/---

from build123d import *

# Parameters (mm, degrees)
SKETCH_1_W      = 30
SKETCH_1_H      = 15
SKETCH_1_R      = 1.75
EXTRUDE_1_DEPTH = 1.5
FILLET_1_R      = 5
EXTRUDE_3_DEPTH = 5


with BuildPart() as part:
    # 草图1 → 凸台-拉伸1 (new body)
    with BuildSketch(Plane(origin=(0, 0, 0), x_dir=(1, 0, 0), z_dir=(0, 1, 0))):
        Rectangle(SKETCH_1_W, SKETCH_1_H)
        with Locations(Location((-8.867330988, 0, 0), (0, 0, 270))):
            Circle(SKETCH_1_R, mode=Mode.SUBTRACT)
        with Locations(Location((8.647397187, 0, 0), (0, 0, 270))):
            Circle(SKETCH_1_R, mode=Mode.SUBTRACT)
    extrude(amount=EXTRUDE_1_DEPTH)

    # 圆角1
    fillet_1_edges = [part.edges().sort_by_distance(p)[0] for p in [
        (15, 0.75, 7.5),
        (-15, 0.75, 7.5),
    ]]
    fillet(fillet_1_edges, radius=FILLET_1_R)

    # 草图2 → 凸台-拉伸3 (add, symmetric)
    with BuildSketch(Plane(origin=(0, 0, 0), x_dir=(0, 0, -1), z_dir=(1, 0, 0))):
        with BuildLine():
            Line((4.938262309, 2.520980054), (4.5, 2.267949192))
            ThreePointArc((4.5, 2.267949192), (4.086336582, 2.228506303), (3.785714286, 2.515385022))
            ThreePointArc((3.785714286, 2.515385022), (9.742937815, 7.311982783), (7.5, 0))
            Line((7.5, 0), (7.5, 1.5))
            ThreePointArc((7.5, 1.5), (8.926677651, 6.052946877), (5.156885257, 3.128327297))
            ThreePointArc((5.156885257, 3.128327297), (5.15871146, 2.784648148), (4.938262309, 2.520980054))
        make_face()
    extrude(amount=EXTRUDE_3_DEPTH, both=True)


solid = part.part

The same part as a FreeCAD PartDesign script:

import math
import FreeCAD as App
import Part
import Sketcher
Q = App.Units.Quantity


def edges_at(feature, points):
    """Names of the edges that pass closest to the given points."""
    edges = feature.Shape.Edges
    near = lambda p: min(range(len(edges)), key=lambda i: edges[i].distToShape(Part.Vertex(*p))[0])
    return sorted({f"Edge{near(p) + 1}" for p in points})


def add_polygon(sketch, points):
    """Adds a closed chain of lines whose ends are joined by coincident constraints."""
    first, n = sketch.GeometryCount, len(points)
    for a, b in zip(points, points[1:] + points[:1]):
        sketch.addGeometry(Part.LineSegment(App.Vector(*a, 0), App.Vector(*b, 0)), False)
    for i in range(n):
        sketch.addConstraint(Sketcher.Constraint("Coincident", first + i, 2, first + (i + 1) % n, 1))

doc = App.newDocument("Part")
body = doc.addObject("PartDesign::Body", "Body")

sketch1 = body.newObject("Sketcher::SketchObject", "Sketch")
sketch1.AttachmentSupport = (doc.getObject("XZ_Plane"), [""])
sketch1.MapMode = "FlatFace"
add_polygon(sketch1, [(-15, -7.5), (-15, 7.5), (15, 7.5), (15, -7.5)])
sketch1.addGeometry(Part.Circle(App.Vector(-8.9, 0, 0), App.Vector(0, 0, 1), 1.8), False)
sketch1.addGeometry(Part.Circle(App.Vector(8.6, 0, 0), App.Vector(0, 0, 1), 1.8), False)
sketch1.addConstraint([
    Sketcher.Constraint("Vertical", 0),
    Sketcher.Constraint("Horizontal", 1),
    Sketcher.Constraint("Vertical", 2),
    Sketcher.Constraint("Horizontal", 3),
    Sketcher.Constraint("Equal", 4, 5),
    Sketcher.Constraint("Symmetric", 0, 2, 2, 2, -1, 1),
    Sketcher.Constraint("PointOnObject", 4, 3, -1),
    Sketcher.Constraint("PointOnObject", 5, 3, -1),
    Sketcher.Constraint("Diameter", 4, Q("3.5 mm")),
    Sketcher.Constraint("DistanceX", 1, 1, 1, 2, Q("30 mm")),
    Sketcher.Constraint("DistanceY", 0, 1, 0, 2, Q("15 mm")),
    Sketcher.Constraint("DistanceX", 4, 3, -1, 1, Q("8.867331 mm")),
    Sketcher.Constraint("DistanceX", 4, 3, 5, 3, Q("17.514728 mm")),
])
pad1 = body.newObject("PartDesign::Pad", "Pad")
pad1.Profile = sketch1
pad1.Length = 1.5
pad1.Reversed = True
doc.recompute()

fillet = body.newObject("PartDesign::Fillet", "Fillet")
fillet.Base = (pad1, edges_at(pad1, [(15, 0.75, 7.5), (-15, 0.75, 7.5)]))
fillet.Radius = 5

sketch2 = body.newObject("Sketcher::SketchObject", "Sketch001")
sketch2.AttachmentSupport = (doc.getObject("YZ_Plane"), [""])
sketch2.MapMode = "FlatFace"
sketch2.addGeometry([
    Part.LineSegment(App.Vector(2.3, -4.5, 0), App.Vector(2.5, -4.9, 0)),
    Part.ArcOfCircle(Part.Circle(App.Vector(3, -4.7, 0), App.Vector(0, 0, 1), 0.5), math.radians(-150), math.radians(-70)),
    Part.ArcOfCircle(Part.Circle(App.Vector(4, -7.5, 0), App.Vector(0, 0, 1), 2.5), math.radians(180), math.radians(470)),
    Part.LineSegment(App.Vector(1.5, -7.5, 0), App.Vector(0, -7.5, 0)),
    Part.ArcOfCircle(Part.Circle(App.Vector(4, -7.5, 0), App.Vector(0, 0, 1), 4), math.radians(180), math.radians(472)),
    Part.ArcOfCircle(Part.Circle(App.Vector(2.7, -4.2, 0), App.Vector(0, 0, 1), 0.5), math.radians(112), math.radians(210)),
], False)
sketch2.addConstraint([
    Sketcher.Constraint("Tangent", 0, 2, 1, 1),
    Sketcher.Constraint("Tangent", 1, 2, 2, 2),
    Sketcher.Constraint("Coincident", 2, 1, 3, 1),
    Sketcher.Constraint("Coincident", 3, 2, 4, 1),
    Sketcher.Constraint("Tangent", 4, 2, 5, 1),
    Sketcher.Constraint("Tangent", 5, 2, 0, 1),
    Sketcher.Constraint("Horizontal", 3),
    Sketcher.Constraint("Coincident", 4, 3, 2, 3),
    Sketcher.Constraint("Equal", 1, 5),
    Sketcher.Constraint("PointOnObject", 3, 2, -2),
    Sketcher.Constraint("Horizontal", 4, 3, 2, 1),
    Sketcher.Constraint("Radius", 4, Q("4 mm")),
    Sketcher.Constraint("Radius", 1, Q("0.5 mm")),
    Sketcher.Constraint("Radius", 2, Q("2.5 mm")),
    Sketcher.Constraint("Angle", 0, Q("-60 deg")),
    Sketcher.Constraint("DistanceY", 2, 3, -1, 1, Q("7.5 mm")),
    Sketcher.Constraint("DistanceY", 5, 2, -1, 1, Q("4.5 mm")),
])
pad2 = body.newObject("PartDesign::Pad", "Pad001")
pad2.Profile = sketch2
pad2.Length = 10
pad2.Midplane = True

doc.recompute()
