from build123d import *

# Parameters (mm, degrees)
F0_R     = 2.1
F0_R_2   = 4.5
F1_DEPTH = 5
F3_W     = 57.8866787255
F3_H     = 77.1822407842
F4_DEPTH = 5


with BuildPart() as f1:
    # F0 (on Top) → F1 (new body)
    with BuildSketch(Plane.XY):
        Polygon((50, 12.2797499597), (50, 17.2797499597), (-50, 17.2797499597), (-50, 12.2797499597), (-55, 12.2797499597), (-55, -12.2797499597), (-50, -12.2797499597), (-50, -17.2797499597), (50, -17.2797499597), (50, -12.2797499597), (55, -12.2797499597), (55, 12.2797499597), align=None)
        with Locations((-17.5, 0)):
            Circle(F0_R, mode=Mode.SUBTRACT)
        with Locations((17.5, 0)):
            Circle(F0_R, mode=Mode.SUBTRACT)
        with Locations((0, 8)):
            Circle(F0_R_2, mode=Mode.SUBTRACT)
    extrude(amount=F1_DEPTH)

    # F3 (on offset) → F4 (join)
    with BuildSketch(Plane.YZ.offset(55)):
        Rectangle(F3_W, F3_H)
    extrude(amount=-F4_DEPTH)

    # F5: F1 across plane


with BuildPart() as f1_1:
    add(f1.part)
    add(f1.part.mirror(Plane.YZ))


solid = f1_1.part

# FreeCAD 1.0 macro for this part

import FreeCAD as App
import Part
import Sketcher

V = App.Vector
Q = App.Units.Quantity


def add_polygon(sketch, points):
    """Adds a closed chain of lines whose ends are joined by coincident constraints."""
    first, n = sketch.GeometryCount, len(points)
    for a, b in zip(points, points[1:] + points[:1]):
        sketch.addGeometry(Part.LineSegment(App.Vector(*a, 0), App.Vector(*b, 0)), False)
    for i in range(n):
        sketch.addConstraint(Sketcher.Constraint("Coincident", first + i, 2, first + (i + 1) % n, 1))

doc = App.newDocument("Part")
params = doc.addObject("Spreadsheet::Sheet", "Params")
for row, (alias, value) in enumerate([
    ("sketch1_diameter", "9 mm"),
    ("sketch1_diameter2", "4.2 mm"),
    ("sketch1_width", "100 mm"),
    ("sketch1_width2", "5 mm"),
    ("pad1_length", "5 mm"),
    ("pad2_length", "5 mm"),
], start=1):
    params.set(f"A{row}", alias)
    params.set(f"B{row}", "=" + value)
    params.setAlias(f"B{row}", alias)

body = doc.addObject("PartDesign::Body", "Body")

# Sketch on XY plane
sketch1 = body.newObject("Sketcher::SketchObject", "Sketch")
sketch1.AttachmentSupport = (doc.getObject("XY_Plane"), [""])
sketch1.MapMode = "FlatFace"
add_polygon(sketch1, [(50, 12.3), (50, 17.3), (-50, 17.3), (-50, 12.3), (-55, 12.3), (-55, -12.3), (-50, -12.3), (-50, -17.3), (50, -17.3), (50, -12.3), (55, -12.3), (55, 12.3)])  # lines 0-11
sketch1.addGeometry(Part.Circle(V(-17.5, 0, 0), V(0, 0, 1), 2.1), False)  # 12
sketch1.addGeometry(Part.Circle(V(17.5, 0, 0), V(0, 0, 1), 2.1), False)  # 13
sketch1.addGeometry(Part.Circle(V(0, 8, 0), V(0, 0, 1), 4.5), False)  # 14
sketch1.addConstraint([
    Sketcher.Constraint("Vertical", 0),
    Sketcher.Constraint("Horizontal", 1),
    Sketcher.Constraint("Vertical", 2),
    Sketcher.Constraint("Horizontal", 3),
    Sketcher.Constraint("Vertical", 4),
    Sketcher.Constraint("Horizontal", 5),
    Sketcher.Constraint("Vertical", 6),
    Sketcher.Constraint("Horizontal", 7),
    Sketcher.Constraint("Vertical", 8),
    Sketcher.Constraint("Horizontal", 9),
    Sketcher.Constraint("Vertical", 10),
    Sketcher.Constraint("Horizontal", 11),
    Sketcher.Constraint("Equal", 12, 13),
    Sketcher.Constraint("Symmetric", 12, 3, 13, 3, -1, 1),
    Sketcher.Constraint("Symmetric", 0, 2, 6, 2, -1, 1),
    Sketcher.Constraint("Symmetric", 2, 2, 8, 2, -1, 1),
    Sketcher.Constraint("Symmetric", 4, 2, 10, 2, -1, 1),
    Sketcher.Constraint("Symmetric", 5, 2, 8, 2, -2),
    Sketcher.Constraint("PointOnObject", 12, 3, -1),
    Sketcher.Constraint("PointOnObject", 14, 3, -2),
    Sketcher.Constraint("Equal", 11, 0),
    Sketcher.Constraint("Diameter", 14, Q("9 mm")),
    Sketcher.Constraint("Diameter", 12, Q("4.2 mm")),
    Sketcher.Constraint("DistanceX", 1, 2, 1, 1, Q("100 mm")),
    Sketcher.Constraint("DistanceX", 3, 2, 3, 1, Q("5 mm")),
    Sketcher.Constraint("DistanceY", -1, 1, 14, 3, Q("8 mm")),
    Sketcher.Constraint("DistanceX", 12, 3, 13, 3, Q("35 mm")),
    Sketcher.Constraint("DistanceY", 4, 2, 4, 1, Q("24.5595 mm")),
])
sketch1.setExpression("Constraints[33]", "Params.sketch1_diameter")
sketch1.setExpression("Constraints[34]", "Params.sketch1_diameter2")
sketch1.setExpression("Constraints[35]", "Params.sketch1_width")
sketch1.setExpression("Constraints[36]", "Params.sketch1_width2")
pad1 = body.newObject("PartDesign::Pad", "Pad")
pad1.Profile = sketch1
pad1.setExpression("Length", "Params.pad1_length")

# Sketch on YZ plane
sketch2 = body.newObject("Sketcher::SketchObject", "Sketch001")
sketch2.AttachmentSupport = (doc.getObject("YZ_Plane"), [""])
sketch2.MapMode = "FlatFace"
sketch2.AttachmentOffset = App.Placement(V(0, 0, 55), App.Rotation())
add_polygon(sketch2, [(-29, 39), (-29, -39), (29, -39), (29, 39)])  # lines 0-3
sketch2.addConstraint([
    Sketcher.Constraint("Vertical", 0),
    Sketcher.Constraint("Horizontal", 1),
    Sketcher.Constraint("Vertical", 2),
    Sketcher.Constraint("Horizontal", 3),
    Sketcher.Constraint("Symmetric", 0, 2, 2, 2, -1, 1),
    Sketcher.Constraint("DistanceX", 1, 1, 1, 2, Q("57.886679 mm")),
    Sketcher.Constraint("DistanceY", 0, 2, 0, 1, Q("77.182241 mm")),
])
pad2 = body.newObject("PartDesign::Pad", "Pad001")
pad2.Profile = sketch2
pad2.setExpression("Length", "Params.pad2_length")
pad2.Reversed = True
body2 = doc.addObject("PartDesign::Body", "Body001")
doc.recompute()

body2.BaseFeature = body
doc.recompute()

mirroring = doc.addObject("Part::Mirroring", "Mirroring")
mirroring.Source = body
mirroring.Base = V(0, 0, 0)
mirroring.Normal = V(1, 0, 0)
body3 = doc.addObject("PartDesign::Body", "Body002")
body3.BaseFeature = mirroring
boolean = body2.newObject("PartDesign::Boolean", "Boolean")
boolean.Type = "Fuse"
boolean.addObjects([body3])
doc.recompute()
mirroring.Visibility = False

doc.recompute()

\---

List, from the entries above, every line in which the word "BuildPart" shows up.

#### Task response
with BuildPart() as part:
with BuildPart() as f1:
with BuildPart() as f1_1:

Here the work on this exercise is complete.